Hardware environment
A total of 3 machines, all using the FC5 system, Java is using jdk1.6.0. The IP configuration is as follows:
dbrg-1:202.197.18.72
dbrg-2:202.197.18.73
dbrg-3:202.197.18.74
One thing to emphasize here is that it is important to ensure that each machine's hostname and IP address are resolved correctly.
A very simple test is to ping the host name, such as Ping dbrg-2 on the dbrg-1, if you can ping the ok! If not correctly resolved, you can modify the/etc/hosts file, if the machine for namenode use, you need to add in the Hosts file all the machines in the cluster IP address and its corresponding host name; If the machine is Datanode, You only need to add the native IP address and the IP address of the Namenode machine to the Hosts file.
For example, the/etc/hosts file in dbrg-1 should look like this:
127.0.0.0 localhost localhost
202.197.18.72 dbrg-1 dbrg-1
202.197.18.73 dbrg-2 dbrg-2
202.197.18.74 dbrg-3 dbrg-3
The/etc/hosts file in dbrg-2 should look like this:
127.0.0.0 localhost localhost
202.197.18.72 dbrg-1 dbrg-1
202.197.18.73 dbrg-2 dbrg-2
As mentioned in the previous study note, for Hadoop, in HDFs's view, nodes are divided into Namenode and Datanode, where Namenode only one, Datanode can be a lot; in MapReduce's view, Nodes are divided into Jobtracker and Tasktracker, of which jobtracker only one, Tasktracker can be a lot.
I was deploying Namenode and Jobtracker on Dbrg-1, dbrg-2,dbrg-3 as Datanode and Tasktracker. Of course, you can also deploy Namenode,datanode,jobtracker,tasktracker to a single machine.
Directory structure
Because Hadoop requires that the deployment directory structure of Hadoop on all machines be the same, and that all have an account with the same user name.
My three machines are like this: there is a DBRG account, the main directory is/HOME/DBRG
The Hadoop deployment directory structure is as follows:/home/dbrg/hadoopinstall, all versions of Hadoop are placed in this directory.
Unzip the hadoop0.12.0 compression pack into Hadoopinstall, and to facilitate later upgrades, it is recommended that you create a link to the version of Hadoop you want to use, as a Hadoop
[Dbrg@dbrg-1:hadoopinstall] $ln-S hadoop0.12.0 Hadoop
As a result, all of the configuration files are in the/hadoop/conf/directory, and all the execution programs are in the/hadoop/bin directory.

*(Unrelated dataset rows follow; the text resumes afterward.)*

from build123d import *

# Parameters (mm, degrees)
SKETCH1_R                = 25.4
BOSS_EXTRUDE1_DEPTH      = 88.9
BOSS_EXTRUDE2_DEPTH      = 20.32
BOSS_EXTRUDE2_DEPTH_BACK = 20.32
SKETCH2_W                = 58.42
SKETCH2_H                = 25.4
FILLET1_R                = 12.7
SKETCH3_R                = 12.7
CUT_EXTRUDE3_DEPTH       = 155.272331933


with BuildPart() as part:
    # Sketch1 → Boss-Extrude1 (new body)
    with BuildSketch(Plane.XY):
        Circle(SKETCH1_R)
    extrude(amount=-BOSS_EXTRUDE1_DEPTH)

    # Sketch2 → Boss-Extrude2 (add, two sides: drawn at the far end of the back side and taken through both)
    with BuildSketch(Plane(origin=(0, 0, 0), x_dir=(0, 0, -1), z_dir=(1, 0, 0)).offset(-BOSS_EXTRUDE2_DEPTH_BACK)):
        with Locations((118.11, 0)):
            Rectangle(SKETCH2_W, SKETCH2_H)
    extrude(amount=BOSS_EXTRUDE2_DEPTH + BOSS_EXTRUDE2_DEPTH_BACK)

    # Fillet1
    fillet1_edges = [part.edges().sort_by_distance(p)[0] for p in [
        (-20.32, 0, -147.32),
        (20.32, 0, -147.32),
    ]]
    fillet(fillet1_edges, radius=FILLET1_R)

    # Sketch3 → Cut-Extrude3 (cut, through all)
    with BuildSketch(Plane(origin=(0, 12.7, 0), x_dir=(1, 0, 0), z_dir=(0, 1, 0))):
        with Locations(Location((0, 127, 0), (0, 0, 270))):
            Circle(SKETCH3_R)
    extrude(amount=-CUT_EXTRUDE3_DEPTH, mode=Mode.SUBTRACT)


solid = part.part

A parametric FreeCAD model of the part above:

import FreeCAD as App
import Part
import Sketcher
Q = App.Units.Quantity


def edges_at(feature, points):
    """Names of the edges that pass closest to the given points."""
    edges = feature.Shape.Edges
    near = lambda p: min(range(len(edges)), key=lambda i: edges[i].distToShape(Part.Vertex(*p))[0])
    return sorted({f"Edge{near(p) + 1}" for p in points})

doc = App.newDocument("Part")
body = doc.addObject("PartDesign::Body", "Body")

sketch1 = body.newObject("Sketcher::SketchObject", "Sketch")
sketch1.AttachmentSupport = (doc.getObject("XY_Plane"), [""])
sketch1.MapMode = "FlatFace"
sketch1.addGeometry(Part.Circle(App.Vector(0, 0, 0), App.Vector(0, 0, 1), 25), False)
sketch1.addConstraint([
    Sketcher.Constraint("Coincident", 0, 3, -1, 1),
    Sketcher.Constraint("Diameter", 0, Q("2 in")),
])
pad1 = body.newObject("PartDesign::Pad", "Pad")
pad1.Profile = sketch1
pad1.Length = Q("3.5 in")
pad1.Reversed = True

sketch2 = body.newObject("Sketcher::SketchObject", "Sketch001")
sketch2.AttachmentSupport = (doc.getObject("YZ_Plane"), [""])
sketch2.MapMode = "FlatFace"
sketch2.addGeometry([
    Part.LineSegment(App.Vector(13, -89, 0), App.Vector(-13, -89, 0)),
    Part.LineSegment(App.Vector(-13, -89, 0), App.Vector(-13, -147, 0)),
    Part.LineSegment(App.Vector(-13, -147, 0), App.Vector(13, -147, 0)),
    Part.LineSegment(App.Vector(13, -147, 0), App.Vector(13, -89, 0)),
], False)
sketch2.addConstraint([
    Sketcher.Constraint("Coincident", 0, 2, 1, 1),
    Sketcher.Constraint("Coincident", 1, 2, 2, 1),
    Sketcher.Constraint("Coincident", 2, 2, 3, 1),
    Sketcher.Constraint("Coincident", 3, 2, 0, 1),
    Sketcher.Constraint("Horizontal", 0),
    Sketcher.Constraint("Vertical", 1),
    Sketcher.Constraint("Horizontal", 2),
    Sketcher.Constraint("Vertical", 3),
    Sketcher.Constraint("DistanceX", 0, 2, 0, 1, Q("1 in")),
    Sketcher.Constraint("DistanceY", 1, 2, 1, 1, Q("2.3 in")),
    Sketcher.Constraint("DistanceX", 0, 2, -1, 1, Q("0.5 in")),
    Sketcher.Constraint("DistanceY", 0, 2, -1, 1, Q("3.5 in")),
])
pad2 = body.newObject("PartDesign::Pad", "Pad001")
pad2.Profile = sketch2
pad2.Type = "TwoLengths"
pad2.Length = Q("0.8 in")
pad2.Length2 = Q("0.8 in")
doc.recompute()

fillet = body.newObject("PartDesign::Fillet", "Fillet")
fillet.Base = (pad2, edges_at(pad2, [(-20.32, 0, -147.32), (20.32, 0, -147.32)]))
fillet.Radius = Q("0.5 in")

sketch3 = body.newObject("Sketcher::SketchObject", "Sketch002")
sketch3.AttachmentSupport = (doc.getObject("XZ_Plane"), [""])
sketch3.MapMode = "FlatFace"
sketch3.AttachmentOffset = App.Placement(App.Vector(0, 0, -0.5 * 25.4), App.Rotation())
sketch3.addGeometry(Part.Circle(App.Vector(0, -127, 0), App.Vector(0, 0, 1), 13), False)
sketch3.addConstraint([
    Sketcher.Constraint("PointOnObject", 0, 3, -2),
    Sketcher.Constraint("Diameter", 0, Q("1 in")),
    Sketcher.Constraint("DistanceY", 0, 3, -1, 1, Q("5 in")),
])
pocket1 = body.newObject("PartDesign::Pocket", "Pocket")
pocket1.Profile = sketch3
pocket1.Type = "ThroughAll"
pocket1.Reversed = True

doc.recompute()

However, because the configuration files of Hadoop in the above directory are together with the installation directory of Hadoop, it is recommended that the configuration file be separated from the installation directory once all profiles are overwritten when the Hadoop version is later upgraded. A better approach would be to create a directory of configuration files,/home/dbrg/hadoopinstall/hadoop-config/, and then/hadoop/conf/the HADOOP_ in the directory Site.xml,slaves,hadoop_env.sh three files to the hadoop-config/directory (the question is very strange, on the official web getting started with Hadoop says it is only necessary to copy the three files to the directory that you created, but I found it necessary to copy the Masters file into the hadoop-conf/directory when I was actually configured. Otherwise, when you start HADOOP, you'll get an error saying you can't find Masters this file, and specify that the environment variable $hadoop_conf_dir point to the directory. Environment variables are set in/HOME/DBRG/.BASHRC and/etc/profile.

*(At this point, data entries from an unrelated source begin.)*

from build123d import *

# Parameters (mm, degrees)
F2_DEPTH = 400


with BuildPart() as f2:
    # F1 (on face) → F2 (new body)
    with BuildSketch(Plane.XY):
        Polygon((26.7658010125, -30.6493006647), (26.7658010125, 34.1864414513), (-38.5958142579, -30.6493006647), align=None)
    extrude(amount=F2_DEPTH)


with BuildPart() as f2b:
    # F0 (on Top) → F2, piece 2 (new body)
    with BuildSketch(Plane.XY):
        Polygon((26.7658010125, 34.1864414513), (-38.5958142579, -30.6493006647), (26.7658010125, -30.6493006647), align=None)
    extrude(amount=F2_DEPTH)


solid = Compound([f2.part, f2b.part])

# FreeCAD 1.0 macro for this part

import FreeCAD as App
import Part
import Sketcher

V = App.Vector

doc = App.newDocument("Part")
body = doc.addObject("PartDesign::Body", "Body")

# Sketch on XY plane
sketch1 = doc.addObject("Sketcher::SketchObject", "Sketch")
body.addObject(sketch1)
sketch1.AttachmentSupport = (doc.XY_Plane, [""])
sketch1.MapMode = "FlatFace"
sketch1.addGeometry(Part.LineSegment(V(27, -31, 0), V(27, 34, 0)), False)
sketch1.addGeometry(Part.LineSegment(V(27, 34, 0), V(-39, -31, 0)), False)
sketch1.addGeometry(Part.LineSegment(V(-39, -31, 0), V(27, -31, 0)), False)
sketch1.addConstraint(Sketcher.Constraint("Coincident", 0, 2, 1, 1))
sketch1.addConstraint(Sketcher.Constraint("Coincident", 1, 2, 2, 1))
sketch1.addConstraint(Sketcher.Constraint("Coincident", 2, 2, 0, 1))
sketch1.addConstraint(Sketcher.Constraint("Vertical", 0))
sketch1.addConstraint(Sketcher.Constraint("Horizontal", 2))
sketch1.addConstraint(Sketcher.Constraint("DistanceX", -1, 1, 0, 2, 26.765801))
sketch1.addConstraint(Sketcher.Constraint("DistanceY", 1, 2, -1, 1, 30.649301))
sketch1.addConstraint(Sketcher.Constraint("DistanceX", 2, 1, 2, 2, 65.361615))
sketch1.addConstraint(Sketcher.Constraint("DistanceY", 0, 1, 0, 2, 64.835742))
pad1 = doc.addObject("PartDesign::Pad", "Pad")
body.addObject(pad1)
pad1.Profile = sketch1
pad1.Length = 400
body2 = doc.addObject("PartDesign::Body", "Body001")

# Sketch on XY plane
sketch2 = doc.addObject("Sketcher::SketchObject", "Sketch001")
body2.addObject(sketch2)
sketch2.AttachmentSupport = (doc.getObject("XY_Plane001"), [""])
sketch2.MapMode = "FlatFace"
sketch2.addGeometry(Part.LineSegment(V(27, 34, 0), V(-39, -31, 0)), False)
sketch2.addGeometry(Part.LineSegment(V(-39, -31, 0), V(27, -31, 0)), False)
sketch2.addGeometry(Part.LineSegment(V(27, -31, 0), V(27, 34, 0)), False)
sketch2.addConstraint(Sketcher.Constraint("Coincident", 0, 2, 1, 1))
sketch2.addConstraint(Sketcher.Constraint("Coincident", 1, 2, 2, 1))
sketch2.addConstraint(Sketcher.Constraint("Coincident", 2, 2, 0, 1))
sketch2.addConstraint(Sketcher.Constraint("Horizontal", 1))
sketch2.addConstraint(Sketcher.Constraint("Vertical", 2))
sketch2.addConstraint(Sketcher.Constraint("DistanceY", 0, 2, -1, 1, 30.649301))
sketch2.addConstraint(Sketcher.Constraint("DistanceX", -1, 1, 1, 2, 26.765801))
sketch2.addConstraint(Sketcher.Constraint("DistanceX", 1, 1, 1, 2, 65.361615))
sketch2.addConstraint(Sketcher.Constraint("DistanceY", 2, 1, 2, 2, 64.835742))
pad2 = doc.addObject("PartDesign::Pad", "Pad001")
body2.addObject(pad2)
pad2.Profile = sketch2
pad2.Length = 400

doc.recompute()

To sum up, in order to facilitate later upgrades, we need to do the configuration file and installation directory separation, and by setting a point to the version of the Hadoop we want to use the link, which can reduce our maintenance of the configuration file. In the following sections, you will experience the benefits of such separation and links.